Luego, al ver a Juan Claudio, desarrugósele el entrecejo y le dijo:

—¿Tú por aquí, Hullin? ¿Serás, por fin, bastante perspicaz para aceptar las proposiciones que me he dignado hacerte? ¿Comprenderás que una unión como la que te propongo es el solo medio de libraros de la completa destrucción de vuestra raza? Si así es, te felicito, pues das prueba de más discreción de la que te creía capaz.

Hullin no pudo contener la risa y le respondió:

—No, Yégof, no; el Cielo no me ha iluminado aún lo suficiente para aceptar el honor que me quieres hacer. Además, Luisa no está en edad de contraer matrimonio.

El loco volvió a tomar un aspecto grave y sombrío. De pie, al borde del terraplén, de espaldas al abismo, parecía ser aquel su lugar natural, y el cuervo, dando vueltas a uno y otro lado, no conseguía alterarle.

Yégof levantó el cetro, frunció las cejas y exclamó:

—¡Hullin!

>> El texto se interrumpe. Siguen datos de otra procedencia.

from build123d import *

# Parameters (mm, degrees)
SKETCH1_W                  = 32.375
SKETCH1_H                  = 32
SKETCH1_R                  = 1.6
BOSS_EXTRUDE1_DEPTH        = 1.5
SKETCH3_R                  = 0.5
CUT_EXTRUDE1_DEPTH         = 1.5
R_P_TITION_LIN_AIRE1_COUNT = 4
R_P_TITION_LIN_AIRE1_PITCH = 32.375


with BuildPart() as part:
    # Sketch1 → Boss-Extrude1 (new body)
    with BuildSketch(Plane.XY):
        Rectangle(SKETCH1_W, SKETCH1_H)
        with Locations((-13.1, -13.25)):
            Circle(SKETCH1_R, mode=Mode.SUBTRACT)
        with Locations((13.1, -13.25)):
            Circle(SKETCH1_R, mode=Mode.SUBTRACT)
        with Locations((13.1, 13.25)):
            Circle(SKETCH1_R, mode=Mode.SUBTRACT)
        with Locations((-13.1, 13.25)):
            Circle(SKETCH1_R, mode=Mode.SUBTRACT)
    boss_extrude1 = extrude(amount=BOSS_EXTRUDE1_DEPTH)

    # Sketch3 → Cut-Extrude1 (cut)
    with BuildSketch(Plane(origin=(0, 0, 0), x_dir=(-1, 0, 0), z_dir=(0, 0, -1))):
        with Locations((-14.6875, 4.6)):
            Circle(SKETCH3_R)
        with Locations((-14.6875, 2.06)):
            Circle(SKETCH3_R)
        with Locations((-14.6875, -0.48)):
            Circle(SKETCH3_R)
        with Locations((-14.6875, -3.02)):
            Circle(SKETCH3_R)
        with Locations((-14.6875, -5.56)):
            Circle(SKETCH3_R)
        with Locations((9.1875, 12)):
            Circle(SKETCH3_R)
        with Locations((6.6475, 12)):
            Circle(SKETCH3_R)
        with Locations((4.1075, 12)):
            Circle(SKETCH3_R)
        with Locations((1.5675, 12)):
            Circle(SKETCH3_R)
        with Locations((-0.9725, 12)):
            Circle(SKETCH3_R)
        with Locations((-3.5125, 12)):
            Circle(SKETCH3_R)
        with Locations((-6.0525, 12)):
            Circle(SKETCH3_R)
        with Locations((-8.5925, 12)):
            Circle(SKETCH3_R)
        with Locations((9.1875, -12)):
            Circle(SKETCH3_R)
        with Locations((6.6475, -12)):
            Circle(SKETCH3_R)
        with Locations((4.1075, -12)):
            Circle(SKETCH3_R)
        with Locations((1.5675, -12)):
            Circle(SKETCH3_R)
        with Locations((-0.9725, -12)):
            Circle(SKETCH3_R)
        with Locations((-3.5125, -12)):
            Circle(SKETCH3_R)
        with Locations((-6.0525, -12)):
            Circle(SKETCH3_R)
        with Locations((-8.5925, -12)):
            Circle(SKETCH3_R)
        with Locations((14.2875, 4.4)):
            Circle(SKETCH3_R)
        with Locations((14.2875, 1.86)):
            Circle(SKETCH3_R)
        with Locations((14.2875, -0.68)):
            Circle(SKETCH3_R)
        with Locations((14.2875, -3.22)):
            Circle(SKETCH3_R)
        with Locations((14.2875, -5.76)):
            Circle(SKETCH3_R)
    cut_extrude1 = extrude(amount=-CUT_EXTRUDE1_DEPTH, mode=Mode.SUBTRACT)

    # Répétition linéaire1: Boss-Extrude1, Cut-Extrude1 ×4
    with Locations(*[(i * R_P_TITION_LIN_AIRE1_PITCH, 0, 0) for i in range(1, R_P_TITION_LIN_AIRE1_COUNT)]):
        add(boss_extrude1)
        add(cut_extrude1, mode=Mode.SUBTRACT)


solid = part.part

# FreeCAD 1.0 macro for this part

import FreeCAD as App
import Part
import Sketcher

doc = App.newDocument("Part")
body = doc.addObject("PartDesign::Body", "Body")

# Sketch on XY plane
sketch1 = doc.addObject("Sketcher::SketchObject", "Sketch")
body.addObject(sketch1)
sketch1.AttachmentSupport = (doc.XY_Plane, [""])
sketch1.MapMode = "FlatFace"
sketch1.addGeometry([
    Part.LineSegment(App.Vector(-16.1875, 16, 0), App.Vector(-16.1875, -16, 0)),  # 0
    Part.LineSegment(App.Vector(-16.1875, -16, 0), App.Vector(16.1875, -16, 0)),  # 1
    Part.LineSegment(App.Vector(16.1875, -16, 0), App.Vector(16.1875, 16, 0)),  # 2
    Part.LineSegment(App.Vector(16.1875, 16, 0), App.Vector(-16.1875, 16, 0)),  # 3
    Part.Circle(App.Vector(-13.1, -13.25, 0), App.Vector(0, 0, 1), 1.6),  # 4
    Part.Circle(App.Vector(13.1, -13.25, 0), App.Vector(0, 0, 1), 1.6),  # 5
    Part.Circle(App.Vector(-13.1, 13.25, 0), App.Vector(0, 0, 1), 1.6),  # 6
    Part.Circle(App.Vector(13.1, 13.25, 0), App.Vector(0, 0, 1), 1.6),  # 7
], False)
sketch1.addConstraint([
    Sketcher.Constraint("Coincident", 0, 2, 1, 1),
    Sketcher.Constraint("Coincident", 1, 2, 2, 1),
    Sketcher.Constraint("Coincident", 2, 2, 3, 1),
    Sketcher.Constraint("Coincident", 3, 2, 0, 1),
    Sketcher.Constraint("Vertical", 0),
    Sketcher.Constraint("Horizontal", 1),
    Sketcher.Constraint("Vertical", 2),
    Sketcher.Constraint("Horizontal", 3),
    Sketcher.Constraint("Equal", 4, 5),
    Sketcher.Constraint("Equal", 5, 6),
    Sketcher.Constraint("Equal", 6, 7),
    Sketcher.Constraint("Symmetric", 5, 3, 6, 3, -1, 1),
    Sketcher.Constraint("Symmetric", 4, 3, 7, 3, -1, 1),
    Sketcher.Constraint("Symmetric", 0, 2, 2, 2, -1, 1),
    Sketcher.Constraint("Symmetric", 4, 3, 5, 3, -2),
    Sketcher.Constraint("Diameter", 4, 3.2),
    Sketcher.Constraint("DistanceY", 0, 2, 0, 1, 32.0),
    Sketcher.Constraint("DistanceX", 4, 3, -1, 1, 13.1),
    Sketcher.Constraint("DistanceY", 4, 3, 6, 3, 26.5),
    Sketcher.Constraint("DistanceX", 1, 1, 1, 2, 32.375),
])
pad1 = doc.addObject("PartDesign::Pad", "Pad")
body.addObject(pad1)
pad1.Profile = sketch1
pad1.Length = 1.5

# Sketch on XY plane
sketch2 = doc.addObject("Sketcher::SketchObject", "Sketch001")
body.addObject(sketch2)
sketch2.AttachmentSupport = (doc.XY_Plane, [""])
sketch2.MapMode = "FlatFace"
sketch2.addGeometry([
    Part.Circle(App.Vector(14.6875, 4.6, 0), App.Vector(0, 0, 1), 0.5),  # 0
    Part.Circle(App.Vector(14.6875, 2.06, 0), App.Vector(0, 0, 1), 0.5),  # 1
    Part.Circle(App.Vector(14.6875, -0.48, 0), App.Vector(0, 0, 1), 0.5),  # 2
    Part.Circle(App.Vector(14.6875, -3.02, 0), App.Vector(0, 0, 1), 0.5),  # 3
    Part.Circle(App.Vector(14.6875, -5.56, 0), App.Vector(0, 0, 1), 0.5),  # 4
    Part.Circle(App.Vector(-9.1875, 12, 0), App.Vector(0, 0, 1), 0.5),  # 5
    Part.Circle(App.Vector(-6.6475, 12, 0), App.Vector(0, 0, 1), 0.5),  # 6
    Part.Circle(App.Vector(-4.1075, 12, 0), App.Vector(0, 0, 1), 0.5),  # 7
    Part.Circle(App.Vector(-1.5675, 12, 0), App.Vector(0, 0, 1), 0.5),  # 8
    Part.Circle(App.Vector(0.9725, 12, 0), App.Vector(0, 0, 1), 0.5),  # 9
    Part.Circle(App.Vector(3.5125, 12, 0), App.Vector(0, 0, 1), 0.5),  # 10
    Part.Circle(App.Vector(6.0525, 12, 0), App.Vector(0, 0, 1), 0.5),  # 11
    Part.Circle(App.Vector(8.5925, 12, 0), App.Vector(0, 0, 1), 0.5),  # 12
    Part.Circle(App.Vector(-9.1875, -12, 0), App.Vector(0, 0, 1), 0.5),  # 13
    Part.Circle(App.Vector(-6.6475, -12, 0), App.Vector(0, 0, 1), 0.5),  # 14
    Part.Circle(App.Vector(-4.1075, -12, 0), App.Vector(0, 0, 1), 0.5),  # 15
    Part.Circle(App.Vector(-1.5675, -12, 0), App.Vector(0, 0, 1), 0.5),  # 16
    Part.Circle(App.Vector(0.9725, -12, 0), App.Vector(0, 0, 1), 0.5),  # 17
    Part.Circle(App.Vector(3.5125, -12, 0), App.Vector(0, 0, 1), 0.5),  # 18
    Part.Circle(App.Vector(6.0525, -12, 0), App.Vector(0, 0, 1), 0.5),  # 19
    Part.Circle(App.Vector(8.5925, -12, 0), App.Vector(0, 0, 1), 0.5),  # 20
    Part.Circle(App.Vector(-14.2875, 4.4, 0), App.Vector(0, 0, 1), 0.5),  # 21
    Part.Circle(App.Vector(-14.2875, 1.86, 0), App.Vector(0, 0, 1), 0.5),  # 22
    Part.Circle(App.Vector(-14.2875, -0.68, 0), App.Vector(0, 0, 1), 0.5),  # 23
    Part.Circle(App.Vector(-14.2875, -3.22, 0), App.Vector(0, 0, 1), 0.5),  # 24
    Part.Circle(App.Vector(-14.2875, -5.76, 0), App.Vector(0, 0, 1), 0.5),  # 25
], False)
sketch2.addConstraint([
    Sketcher.Constraint("Equal", 0, 1),
    Sketcher.Constraint("Equal", 1, 2),
    Sketcher.Constraint("Equal", 2, 3),
    Sketcher.Constraint("Equal", 3, 4),
    Sketcher.Constraint("Equal", 4, 5),
    Sketcher.Constraint("Equal", 5, 6),
    Sketcher.Constraint("Equal", 6, 7),
    Sketcher.Constraint("Equal", 7, 8),
    Sketcher.Constraint("Equal", 8, 9),
    Sketcher.Constraint("Equal", 9, 10),
    Sketcher.Constraint("Equal", 10, 11),
    Sketcher.Constraint("Equal", 11, 12),
    Sketcher.Constraint("Equal", 12, 13),
    Sketcher.Constraint("Equal", 13, 14),
    Sketcher.Constraint("Equal", 14, 15),
    Sketcher.Constraint("Equal", 15, 16),
    Sketcher.Constraint("Equal", 16, 17),
    Sketcher.Constraint("Equal", 17, 18),
    Sketcher.Constraint("Equal", 18, 19),
    Sketcher.Constraint("Equal", 19, 20),
    Sketcher.Constraint("Equal", 20, 21),
    Sketcher.Constraint("Equal", 21, 22),
    Sketcher.Constraint("Equal", 22, 23),
    Sketcher.Constraint("Equal", 23, 24),
    Sketcher.Constraint("Equal", 24, 25),
    Sketcher.Constraint("Symmetric", 5, 3, 13, 3, -1),
    Sketcher.Constraint("Symmetric", 6, 3, 14, 3, -1),
    Sketcher.Constraint("Symmetric", 7, 3, 15, 3, -1),
    Sketcher.Constraint("Symmetric", 8, 3, 16, 3, -1),
    Sketcher.Constraint("Symmetric", 9, 3, 17, 3, -1),
    Sketcher.Constraint("Symmetric", 10, 3, 18, 3, -1),
    Sketcher.Constraint("Symmetric", 11, 3, 19, 3, -1),
    Sketcher.Constraint("Symmetric", 12, 3, 20, 3, -1),
    Sketcher.Constraint("Horizontal", 5, 3, 6, 3),
    Sketcher.Constraint("Horizontal", 6, 3, 7, 3),
    Sketcher.Constraint("Horizontal", 7, 3, 8, 3),
    Sketcher.Constraint("Horizontal", 8, 3, 9, 3),
    Sketcher.Constraint("Horizontal", 9, 3, 10, 3),
    Sketcher.Constraint("Horizontal", 10, 3, 11, 3),
    Sketcher.Constraint("Horizontal", 11, 3, 12, 3),
    Sketcher.Constraint("Vertical", 0, 3, 1, 3),
    Sketcher.Constraint("Vertical", 1, 3, 2, 3),
    Sketcher.Constraint("Vertical", 2, 3, 3, 3),
    Sketcher.Constraint("Vertical", 3, 3, 4, 3),
    Sketcher.Constraint("Vertical", 21, 3, 22, 3),
    Sketcher.Constraint("Vertical", 22, 3, 23, 3),
    Sketcher.Constraint("Vertical", 23, 3, 24, 3),
    Sketcher.Constraint("Vertical", 24, 3, 25, 3),
    Sketcher.Constraint("Diameter", 0, 1.0),
    Sketcher.Constraint("DistanceY", -1, 1, 5, 3, 12.0),
    Sketcher.Constraint("DistanceY", -1, 1, 0, 3, 4.6),
    Sketcher.Constraint("DistanceY", -1, 1, 21, 3, 4.4),
    Sketcher.Constraint("DistanceX", 5, 3, 10, 3, 12.7),
    Sketcher.Constraint("DistanceX", 21, 3, 5, 3, 5.1),
    Sketcher.Constraint("DistanceY", -1, 1, 1, 3, 2.06),
    Sketcher.Constraint("DistanceY", 2, 3, -1, 1, 0.48),
    Sketcher.Constraint("DistanceY", 3, 3, -1, 1, 3.02),
    Sketcher.Constraint("DistanceY", 4, 3, -1, 1, 5.56),
    Sketcher.Constraint("DistanceY", -1, 1, 22, 3, 1.86),
    Sketcher.Constraint("DistanceY", 23, 3, -1, 1, 0.68),
    Sketcher.Constraint("DistanceY", 24, 3, -1, 1, 3.22),
    Sketcher.Constraint("DistanceY", 25, 3, -1, 1, 5.76),
    Sketcher.Constraint("DistanceX", 5, 3, 6, 3, 2.54),
    Sketcher.Constraint("DistanceX", 6, 3, 7, 3, 2.54),
    Sketcher.Constraint("DistanceX", 7, 3, 8, 3, 2.54),
    Sketcher.Constraint("DistanceX", 8, 3, 9, 3, 2.54),
    Sketcher.Constraint("DistanceX", 10, 3, 11, 3, 2.54),
    Sketcher.Constraint("DistanceX", 11, 3, 12, 3, 2.54),
    Sketcher.Constraint("DistanceX", 5, 3, 0, 3, 23.875),
    Sketcher.Constraint("DistanceX", -1, 1, 0, 3, 14.6875),
])
pocket1 = doc.addObject("PartDesign::Pocket", "Pocket")
body.addObject(pocket1)
pocket1.Profile = sketch2
pocket1.Length = 1.5
pocket1.Reversed = True
doc.recompute()

linearpattern = doc.addObject("PartDesign::LinearPattern", "LinearPattern")
body.addObject(linearpattern)
linearpattern.Originals = [pad1, pocket1]
linearpattern.Direction = (doc.X_Axis, [""])
linearpattern.Mode = "offset"
linearpattern.Offset = 32.375
linearpattern.Occurrences = 4
body.Tip = linearpattern

doc.recompute()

Por segunda vez te reitero mi petición y tú por segunda vez la rechazas. Volveré a hacértela por última vez, ¿lo oyes?, por última vez. Después... ¡que se cumpla el destino!

Y girando pausadamente los talones, con paso firme, alta y derecha la cabeza, a pesar de la extraordinaria inclinación de la pendiente, el Rey de Bastos descendió el sendero de la roca.

Hullin, Marcos Divès y también Hexe-Baizel prorrumpieron en una sonora carcajada.

—Está completamente loco—dijo Hexe-Baizel.